# Mortgage advice



## VTR_Craig (Dec 29, 2007)

I am a first time buyer and have got to the stage of having our offer accepted on a house.

I have now informed our mortgage adviser of this and got the ball rolling, however he now tells me about additional costs of a lender admin fee of £99, a lender survey/valuation fee of £205 and a completion fee of £400.

As a first time buyer I feel quite vulnerable and don't want taking advantage of, for example a friend had the survey/valuation for free as an incentive from the lender, but he can't remember paying a completion fee.

Any advice is welcome

Craig


----------



## Luke M (Jul 1, 2013)

I was messed about rotten by a mortgage advisor. Eventually went to my bank and got it sorted in an hour.
Most fees were waived as a first time buyer incentive and the survey fee which was the only one we had to pay was added to the mortgage amount.


----------



## Estoril-5 (Mar 8, 2007)

Those fees are reasonable when it comes to mortgages.

Best thing to do is go onto the website and look at mortgage fees, you'll know if he's pulling a fast one or not then.


----------



## pantypoos (Aug 7, 2014)

Unfortunately the brokers sometimes add fees, but these are normally described as an arrangement fee. Then the lenders themselves have all sorts of different fees depending on the mortgage product being sold. One mortgage from Barclays may have survey fees and an admin fee while a different type of mortgage from them may not have any fees associated with it.

I have a good friend who is a mortgage advisor who i am sure would be willing to speak to you over the phone about your options. If you'd like to PM me your mobile number i can ask him to drop you a call and give you a second opinion or even help you arrange something different.

Good luck with the house move.


----------



## djgregory (Apr 2, 2013)

Reasonable charges, they are legit.

Some people get them thrown in for free, some people don't.


----------



## danwel (Feb 18, 2007)

I am or have just been through this process for the second time and the survey fee is pretty much standard and i would expect to pay that.

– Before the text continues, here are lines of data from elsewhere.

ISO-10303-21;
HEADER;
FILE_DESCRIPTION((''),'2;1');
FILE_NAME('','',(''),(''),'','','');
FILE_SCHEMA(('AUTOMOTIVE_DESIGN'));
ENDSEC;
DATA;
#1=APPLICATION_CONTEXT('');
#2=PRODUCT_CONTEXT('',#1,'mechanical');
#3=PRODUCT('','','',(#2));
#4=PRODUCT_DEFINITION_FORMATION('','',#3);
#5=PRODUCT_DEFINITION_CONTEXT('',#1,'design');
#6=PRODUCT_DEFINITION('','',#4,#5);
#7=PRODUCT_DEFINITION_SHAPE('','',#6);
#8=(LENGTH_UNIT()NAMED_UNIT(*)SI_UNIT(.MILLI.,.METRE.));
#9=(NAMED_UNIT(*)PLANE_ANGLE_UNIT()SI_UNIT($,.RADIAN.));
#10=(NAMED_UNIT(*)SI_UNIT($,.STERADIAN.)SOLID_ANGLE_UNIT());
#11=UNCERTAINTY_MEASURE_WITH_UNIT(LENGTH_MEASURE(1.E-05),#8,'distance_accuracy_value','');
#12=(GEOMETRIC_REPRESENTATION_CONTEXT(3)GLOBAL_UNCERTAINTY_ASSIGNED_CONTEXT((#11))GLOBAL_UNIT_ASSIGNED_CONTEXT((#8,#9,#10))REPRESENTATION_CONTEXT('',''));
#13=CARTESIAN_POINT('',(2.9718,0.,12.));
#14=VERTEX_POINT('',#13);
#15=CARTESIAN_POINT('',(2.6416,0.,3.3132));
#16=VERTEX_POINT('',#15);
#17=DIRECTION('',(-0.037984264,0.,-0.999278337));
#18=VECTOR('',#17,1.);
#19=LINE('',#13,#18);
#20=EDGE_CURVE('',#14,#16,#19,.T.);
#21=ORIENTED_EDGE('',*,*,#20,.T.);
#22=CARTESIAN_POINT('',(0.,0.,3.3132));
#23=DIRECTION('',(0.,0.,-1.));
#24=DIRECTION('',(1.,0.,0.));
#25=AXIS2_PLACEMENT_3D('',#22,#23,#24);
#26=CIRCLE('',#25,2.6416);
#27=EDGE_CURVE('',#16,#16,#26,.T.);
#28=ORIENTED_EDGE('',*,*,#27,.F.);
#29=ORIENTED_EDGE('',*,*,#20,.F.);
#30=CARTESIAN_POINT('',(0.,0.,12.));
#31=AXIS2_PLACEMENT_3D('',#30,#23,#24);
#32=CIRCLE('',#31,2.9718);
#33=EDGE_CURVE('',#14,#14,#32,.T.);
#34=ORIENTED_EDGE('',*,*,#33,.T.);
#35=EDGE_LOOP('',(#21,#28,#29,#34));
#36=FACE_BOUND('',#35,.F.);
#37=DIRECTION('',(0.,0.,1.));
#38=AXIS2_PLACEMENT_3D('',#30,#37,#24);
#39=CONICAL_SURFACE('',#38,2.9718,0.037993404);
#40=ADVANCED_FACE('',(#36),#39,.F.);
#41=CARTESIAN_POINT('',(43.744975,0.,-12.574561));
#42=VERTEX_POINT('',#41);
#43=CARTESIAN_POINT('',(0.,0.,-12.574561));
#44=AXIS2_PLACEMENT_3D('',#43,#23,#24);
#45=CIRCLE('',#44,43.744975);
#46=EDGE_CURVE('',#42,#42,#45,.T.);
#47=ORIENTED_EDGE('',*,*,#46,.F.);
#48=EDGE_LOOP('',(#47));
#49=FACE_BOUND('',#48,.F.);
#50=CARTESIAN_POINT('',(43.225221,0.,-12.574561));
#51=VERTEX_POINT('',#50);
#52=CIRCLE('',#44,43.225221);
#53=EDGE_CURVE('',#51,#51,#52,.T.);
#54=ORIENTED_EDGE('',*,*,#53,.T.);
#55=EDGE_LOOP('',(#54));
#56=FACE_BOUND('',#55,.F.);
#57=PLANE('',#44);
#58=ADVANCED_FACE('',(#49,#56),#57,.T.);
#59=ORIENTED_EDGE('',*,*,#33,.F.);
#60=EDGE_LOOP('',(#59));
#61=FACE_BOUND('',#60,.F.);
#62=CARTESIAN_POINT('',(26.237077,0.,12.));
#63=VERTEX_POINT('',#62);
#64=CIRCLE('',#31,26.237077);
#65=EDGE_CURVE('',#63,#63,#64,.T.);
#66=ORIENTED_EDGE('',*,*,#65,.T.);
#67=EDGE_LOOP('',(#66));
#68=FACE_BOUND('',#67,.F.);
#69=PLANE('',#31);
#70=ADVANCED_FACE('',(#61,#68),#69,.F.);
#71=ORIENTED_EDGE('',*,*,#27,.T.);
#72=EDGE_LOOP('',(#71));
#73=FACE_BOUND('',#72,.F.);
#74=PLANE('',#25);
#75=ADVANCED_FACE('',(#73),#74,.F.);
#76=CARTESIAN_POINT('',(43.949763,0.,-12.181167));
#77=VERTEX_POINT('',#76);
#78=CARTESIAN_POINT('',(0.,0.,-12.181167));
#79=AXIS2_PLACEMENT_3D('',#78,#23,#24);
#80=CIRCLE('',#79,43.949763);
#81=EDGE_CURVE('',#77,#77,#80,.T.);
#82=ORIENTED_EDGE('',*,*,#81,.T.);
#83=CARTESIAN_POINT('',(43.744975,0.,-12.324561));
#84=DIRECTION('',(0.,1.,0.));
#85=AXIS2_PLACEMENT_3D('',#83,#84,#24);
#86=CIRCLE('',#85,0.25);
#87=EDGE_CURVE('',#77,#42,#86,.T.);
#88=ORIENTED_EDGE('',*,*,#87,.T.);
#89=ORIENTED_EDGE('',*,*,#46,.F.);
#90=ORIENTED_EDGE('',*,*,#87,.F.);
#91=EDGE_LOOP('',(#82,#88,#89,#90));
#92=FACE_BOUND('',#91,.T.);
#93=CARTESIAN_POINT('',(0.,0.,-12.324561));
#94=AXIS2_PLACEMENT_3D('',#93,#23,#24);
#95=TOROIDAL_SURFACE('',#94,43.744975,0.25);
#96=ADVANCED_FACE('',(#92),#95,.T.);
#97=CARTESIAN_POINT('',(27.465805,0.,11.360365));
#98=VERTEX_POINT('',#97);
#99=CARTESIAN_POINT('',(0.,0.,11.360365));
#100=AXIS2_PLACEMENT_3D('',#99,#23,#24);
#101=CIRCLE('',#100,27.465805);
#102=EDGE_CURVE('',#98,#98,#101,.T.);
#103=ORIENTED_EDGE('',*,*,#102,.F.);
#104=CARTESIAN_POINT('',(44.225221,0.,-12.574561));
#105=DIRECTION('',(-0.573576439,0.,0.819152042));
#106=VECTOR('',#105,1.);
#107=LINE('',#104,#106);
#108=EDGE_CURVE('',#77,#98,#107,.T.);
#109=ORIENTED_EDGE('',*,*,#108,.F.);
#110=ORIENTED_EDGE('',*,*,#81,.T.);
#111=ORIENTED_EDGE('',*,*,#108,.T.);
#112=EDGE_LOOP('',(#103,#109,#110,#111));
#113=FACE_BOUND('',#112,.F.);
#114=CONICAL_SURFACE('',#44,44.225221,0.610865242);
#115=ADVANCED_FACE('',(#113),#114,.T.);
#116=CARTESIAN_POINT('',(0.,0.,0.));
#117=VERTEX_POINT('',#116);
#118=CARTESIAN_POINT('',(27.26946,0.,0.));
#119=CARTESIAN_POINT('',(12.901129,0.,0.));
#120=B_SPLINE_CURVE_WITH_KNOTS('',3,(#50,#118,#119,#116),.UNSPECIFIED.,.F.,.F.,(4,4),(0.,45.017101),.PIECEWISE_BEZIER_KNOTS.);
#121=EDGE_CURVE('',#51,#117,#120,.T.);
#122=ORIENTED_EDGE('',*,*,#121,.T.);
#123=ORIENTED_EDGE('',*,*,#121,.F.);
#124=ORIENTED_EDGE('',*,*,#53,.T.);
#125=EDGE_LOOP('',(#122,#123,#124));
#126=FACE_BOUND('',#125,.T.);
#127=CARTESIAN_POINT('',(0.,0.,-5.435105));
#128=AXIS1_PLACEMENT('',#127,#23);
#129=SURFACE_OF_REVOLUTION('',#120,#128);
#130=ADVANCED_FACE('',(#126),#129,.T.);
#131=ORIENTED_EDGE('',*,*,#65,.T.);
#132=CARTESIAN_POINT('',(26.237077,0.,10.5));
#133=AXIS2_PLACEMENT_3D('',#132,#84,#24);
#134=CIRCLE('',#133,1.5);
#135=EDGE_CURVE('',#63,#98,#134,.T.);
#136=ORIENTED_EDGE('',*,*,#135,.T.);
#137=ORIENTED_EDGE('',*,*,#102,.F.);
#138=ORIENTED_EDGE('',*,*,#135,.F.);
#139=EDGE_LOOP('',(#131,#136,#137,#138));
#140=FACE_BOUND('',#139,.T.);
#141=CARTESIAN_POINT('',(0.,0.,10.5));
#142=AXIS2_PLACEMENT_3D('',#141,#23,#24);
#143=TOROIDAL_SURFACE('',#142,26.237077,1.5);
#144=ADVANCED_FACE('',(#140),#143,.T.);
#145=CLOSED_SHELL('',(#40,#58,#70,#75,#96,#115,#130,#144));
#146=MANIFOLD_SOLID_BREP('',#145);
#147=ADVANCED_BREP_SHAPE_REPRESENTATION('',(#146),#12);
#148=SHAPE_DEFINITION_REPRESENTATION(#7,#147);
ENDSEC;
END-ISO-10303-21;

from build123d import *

# Parameters (mm, degrees)
F2_R = 1.5
F3_R = 0.25


with BuildPart() as f1:
    # F0 (on Front) → F1 (revolve)
    with BuildSketch(Plane.XZ):
        with BuildLine():
            Line((27.017928, 12), (2.9718, 12))
            Line((2.9718, 12), (2.6416, 3.3132))
            Line((2.6416, 3.3132), (0, 3.3132))
            Line((0, 3.3132), (0, 0))
            add(Edge.make_bspline(
                [(43.225221, -12.574561), (27.26946, 0), (12.901129, 0), (0, 0)],
                knots=[0, 0, 0, 0, 45.017101, 45.017101, 45.017101, 45.017101], degree=3))
            Line((43.225221, -12.574561), (44.225221, -12.574561))
            Line((44.225221, -12.574561), (27.017928, 12))
        make_face()
    revolve(axis=Axis((0, 0, -5.435105), (0, 0, -1)))

    # F2
    f2_edges = [f1.edges().sort_by_distance(p)[0] for p in [
        (-27.017928, 0, 12),
    ]]
    fillet(f2_edges, radius=F2_R)

    # F3
    f3_edges = [f1.edges().sort_by_distance(p)[0] for p in [
        (-44.225221, 0, -12.574561),
    ]]
    fillet(f3_edges, radius=F3_R)


solid = f1.part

The admin fees tend to be lender specific in that some do and some don't but i've not heard of a completion fee.

i would go and see another financial advisor. The guy i was recommeded was absolutely brilliant. Appointments were arranged by phone and then he visited us at our house to discuss needs and products after some emails back and forth.

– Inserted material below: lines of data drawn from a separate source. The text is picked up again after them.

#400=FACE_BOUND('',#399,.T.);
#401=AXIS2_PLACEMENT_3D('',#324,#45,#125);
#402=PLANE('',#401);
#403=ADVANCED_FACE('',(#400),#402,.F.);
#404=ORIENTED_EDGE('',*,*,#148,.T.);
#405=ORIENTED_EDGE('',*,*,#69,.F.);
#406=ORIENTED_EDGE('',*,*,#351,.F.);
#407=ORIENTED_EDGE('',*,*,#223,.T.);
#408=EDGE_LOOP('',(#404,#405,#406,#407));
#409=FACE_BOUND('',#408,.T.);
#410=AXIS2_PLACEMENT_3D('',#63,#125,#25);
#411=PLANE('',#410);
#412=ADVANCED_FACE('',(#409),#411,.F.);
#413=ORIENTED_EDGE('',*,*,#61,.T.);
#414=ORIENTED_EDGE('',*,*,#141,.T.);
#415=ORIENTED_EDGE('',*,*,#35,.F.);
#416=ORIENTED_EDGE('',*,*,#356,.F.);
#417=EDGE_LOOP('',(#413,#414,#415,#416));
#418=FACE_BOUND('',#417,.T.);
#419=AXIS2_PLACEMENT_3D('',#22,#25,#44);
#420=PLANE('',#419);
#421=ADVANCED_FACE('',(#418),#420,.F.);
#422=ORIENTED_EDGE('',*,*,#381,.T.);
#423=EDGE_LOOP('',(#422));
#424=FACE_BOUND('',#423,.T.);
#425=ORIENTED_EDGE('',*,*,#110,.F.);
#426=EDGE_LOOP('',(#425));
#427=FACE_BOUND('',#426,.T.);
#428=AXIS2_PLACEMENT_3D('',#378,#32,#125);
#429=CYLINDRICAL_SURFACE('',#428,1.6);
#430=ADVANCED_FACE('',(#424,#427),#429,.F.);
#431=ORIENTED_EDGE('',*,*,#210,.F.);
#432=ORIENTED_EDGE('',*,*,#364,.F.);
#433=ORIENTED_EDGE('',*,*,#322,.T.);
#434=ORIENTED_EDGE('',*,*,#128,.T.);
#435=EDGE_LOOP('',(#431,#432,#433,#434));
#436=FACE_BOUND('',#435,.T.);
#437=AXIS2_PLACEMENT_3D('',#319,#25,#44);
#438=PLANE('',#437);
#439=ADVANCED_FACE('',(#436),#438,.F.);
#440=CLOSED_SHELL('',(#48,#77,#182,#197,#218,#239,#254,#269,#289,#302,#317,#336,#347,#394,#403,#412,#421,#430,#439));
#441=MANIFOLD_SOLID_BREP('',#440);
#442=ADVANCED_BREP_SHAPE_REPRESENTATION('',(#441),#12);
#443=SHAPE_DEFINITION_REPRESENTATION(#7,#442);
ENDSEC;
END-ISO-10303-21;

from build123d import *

After that it was all done via phone and email and he was great and if you want drop me a pm and i will give you his details as the company are independant mortgage specialists and i haven't paid any fees for their services as they are all paid for by the lender


----------



## robertdon777 (Nov 3, 2005)

djgregory said:


> Reasonable charges, they are legit.
> 
> Some people get them thrown in for free, some people don't.


Never Free, just advertised as such.. they are just built into other costings, rob dogs!


----------



## djgregory (Apr 2, 2013)

robertdon777 said:


> Never Free, just advertised as such.. they are just built into other costings, rob dogs!

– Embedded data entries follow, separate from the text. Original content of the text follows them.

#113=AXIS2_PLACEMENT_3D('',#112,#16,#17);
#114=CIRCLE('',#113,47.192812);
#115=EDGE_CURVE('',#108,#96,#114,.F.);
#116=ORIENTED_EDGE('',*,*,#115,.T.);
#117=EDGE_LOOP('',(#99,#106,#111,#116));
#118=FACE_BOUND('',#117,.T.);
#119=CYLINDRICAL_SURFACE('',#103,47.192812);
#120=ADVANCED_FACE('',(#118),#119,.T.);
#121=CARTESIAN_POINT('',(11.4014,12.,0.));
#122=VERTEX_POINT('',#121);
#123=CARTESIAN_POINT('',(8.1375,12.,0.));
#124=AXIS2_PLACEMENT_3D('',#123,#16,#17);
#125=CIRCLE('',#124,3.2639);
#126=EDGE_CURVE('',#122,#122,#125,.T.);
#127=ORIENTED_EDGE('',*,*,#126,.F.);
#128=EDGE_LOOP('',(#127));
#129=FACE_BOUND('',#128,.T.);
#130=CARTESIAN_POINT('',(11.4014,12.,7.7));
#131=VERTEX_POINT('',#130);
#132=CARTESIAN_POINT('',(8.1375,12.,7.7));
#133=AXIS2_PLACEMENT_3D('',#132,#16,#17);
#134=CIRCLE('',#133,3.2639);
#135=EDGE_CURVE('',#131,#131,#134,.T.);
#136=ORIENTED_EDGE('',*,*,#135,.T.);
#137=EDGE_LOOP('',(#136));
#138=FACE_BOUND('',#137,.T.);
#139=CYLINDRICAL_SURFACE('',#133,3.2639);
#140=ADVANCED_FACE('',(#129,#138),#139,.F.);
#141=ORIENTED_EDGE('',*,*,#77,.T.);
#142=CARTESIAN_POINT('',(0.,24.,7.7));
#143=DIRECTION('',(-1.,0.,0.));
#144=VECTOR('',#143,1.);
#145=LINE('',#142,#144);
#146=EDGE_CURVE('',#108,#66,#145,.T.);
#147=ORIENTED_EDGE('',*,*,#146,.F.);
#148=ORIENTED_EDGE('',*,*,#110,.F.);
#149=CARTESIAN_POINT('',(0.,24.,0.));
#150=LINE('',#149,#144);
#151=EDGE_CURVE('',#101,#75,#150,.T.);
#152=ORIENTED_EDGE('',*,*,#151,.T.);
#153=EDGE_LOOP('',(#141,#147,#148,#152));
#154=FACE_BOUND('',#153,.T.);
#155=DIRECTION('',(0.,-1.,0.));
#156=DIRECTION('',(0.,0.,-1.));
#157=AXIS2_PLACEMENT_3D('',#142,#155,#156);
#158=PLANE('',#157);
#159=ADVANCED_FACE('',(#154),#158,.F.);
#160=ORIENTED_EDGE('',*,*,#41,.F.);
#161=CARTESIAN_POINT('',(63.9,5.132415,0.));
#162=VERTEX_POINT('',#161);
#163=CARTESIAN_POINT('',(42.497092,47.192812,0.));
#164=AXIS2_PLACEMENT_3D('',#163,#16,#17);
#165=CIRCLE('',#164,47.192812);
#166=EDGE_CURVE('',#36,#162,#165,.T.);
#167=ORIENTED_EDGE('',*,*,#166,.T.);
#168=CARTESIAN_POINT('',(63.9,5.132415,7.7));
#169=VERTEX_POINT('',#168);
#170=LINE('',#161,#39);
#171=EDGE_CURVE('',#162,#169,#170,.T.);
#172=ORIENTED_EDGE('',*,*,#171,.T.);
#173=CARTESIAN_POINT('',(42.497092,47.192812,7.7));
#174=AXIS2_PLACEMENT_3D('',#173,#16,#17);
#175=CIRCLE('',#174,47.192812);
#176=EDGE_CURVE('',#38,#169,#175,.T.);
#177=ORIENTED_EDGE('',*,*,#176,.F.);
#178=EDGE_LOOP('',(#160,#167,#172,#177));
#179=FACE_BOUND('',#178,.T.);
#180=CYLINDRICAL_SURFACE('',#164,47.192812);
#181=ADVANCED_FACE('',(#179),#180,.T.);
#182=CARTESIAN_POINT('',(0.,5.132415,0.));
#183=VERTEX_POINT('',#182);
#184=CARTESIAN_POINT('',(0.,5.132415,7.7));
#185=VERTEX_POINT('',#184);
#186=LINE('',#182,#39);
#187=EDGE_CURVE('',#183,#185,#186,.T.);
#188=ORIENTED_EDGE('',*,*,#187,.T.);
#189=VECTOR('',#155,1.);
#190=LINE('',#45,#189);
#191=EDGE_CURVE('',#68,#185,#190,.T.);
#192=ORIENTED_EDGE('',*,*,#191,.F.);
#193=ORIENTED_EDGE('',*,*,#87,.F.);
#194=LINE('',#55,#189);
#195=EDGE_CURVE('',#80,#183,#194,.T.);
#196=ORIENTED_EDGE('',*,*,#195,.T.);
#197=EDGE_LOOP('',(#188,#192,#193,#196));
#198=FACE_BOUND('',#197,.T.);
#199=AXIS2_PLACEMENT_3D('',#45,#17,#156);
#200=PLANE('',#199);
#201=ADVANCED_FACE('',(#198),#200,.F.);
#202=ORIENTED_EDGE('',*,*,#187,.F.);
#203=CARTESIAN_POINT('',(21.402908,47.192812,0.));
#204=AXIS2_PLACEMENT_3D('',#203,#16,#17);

Well yes, you get what i mean, advertised as free but you pay a higher price for something else.


----------



## m4rkymark (Aug 17, 2014)

some lenders do charge a fee, it normally depends on the deal you are buying from them at .. a low % rate normally attracts a larger fee. survey fees are fine - that seems normal.

in the three mortgages ive taken out with various banks ive never paid a completion fee - I haven't even heard of them tbh but then I have never went to an independent mortgage advisor - always done my own research and bought direct from building society/bank. if you are unsure go to a bank/building society and get them to give you a quote for your mortgage.


----------



## S63 (Jan 5, 2007)

a survey for £205 is very cheap, does the house need a full inspection?

Personally I steer clear of these "packages", I prefer to be in control and choose my own providers. To me a "completion fee" seems a joke.


----------



## Andyg_TSi (Sep 6, 2013)

^^
I agree.

I was a FTB 8 years ago, I got a 1st time buyer mortgage which was fee free.

Seems a joke to have to pay a fee.

OP. Go and see a high street lender, should do an option for a fee free FTB Mortgage


----------



## Dal3D (Jul 13, 2014)

VTR_Craig said:


> I have now informed our mortgage adviser of this and got the ball rolling, however he now tells me about additional costs of a lender admin fee of £99, a lender survey/valuation fee of £205 and a completion fee of £400.


Those will be fees from the mortgage provider and not the Mortgage Advisor.
Some mortgages come with an array of fees, some don't. The fee free ones tend to have slightly higher interest rates so you just have to decide what's best for you. (i.e. if you haven't got £500 or whatever to spend on fees at the moment but would rather spread the cost over the next 25 years) Your advisor should have asked you which way you'd like to go mortgage fee wise.

I take it he as an accredited Independent financial (mortgage) advisor? he should have outlined what fee he will be charging for his services to find and arrange.


----------



## Hoody1 (Oct 9, 2012)

I feel for you on this, ive recently bought a house and as a first time buyer, had no idea and seemed to be quoted fees left right and centre. 

We had slight issues due to bad credit history that turned out to be fraud, but thats another issue. 

But due to this issue we went to many places for mortgage advice, The finance shop, 2 or 3 financial advisers, much reading on the interweb. etc etc. 

The one thing that was obvious is they ALL wanted to charge for there services, as of course they dont work for free. However these fee's ranged from £199 to £499. 
The worst was one financial adviser that wanted to charge £399 to check if my own bank Santander would accept me........i refused as i had an appointment with them a few hours later and hey presto....Santander accepted our mortgage. 

I have no doubt that some money could be saved by shopping around and looking for the very best offer, but your credit history needs to be squeaky clean or else they will say no, and it will be another search on your credit history, and too many of them will negatively affect you credit score. 

But the banks to tend to make things easier, but research is the only way and asking loads of 'Grown-ups' who have more experience


----------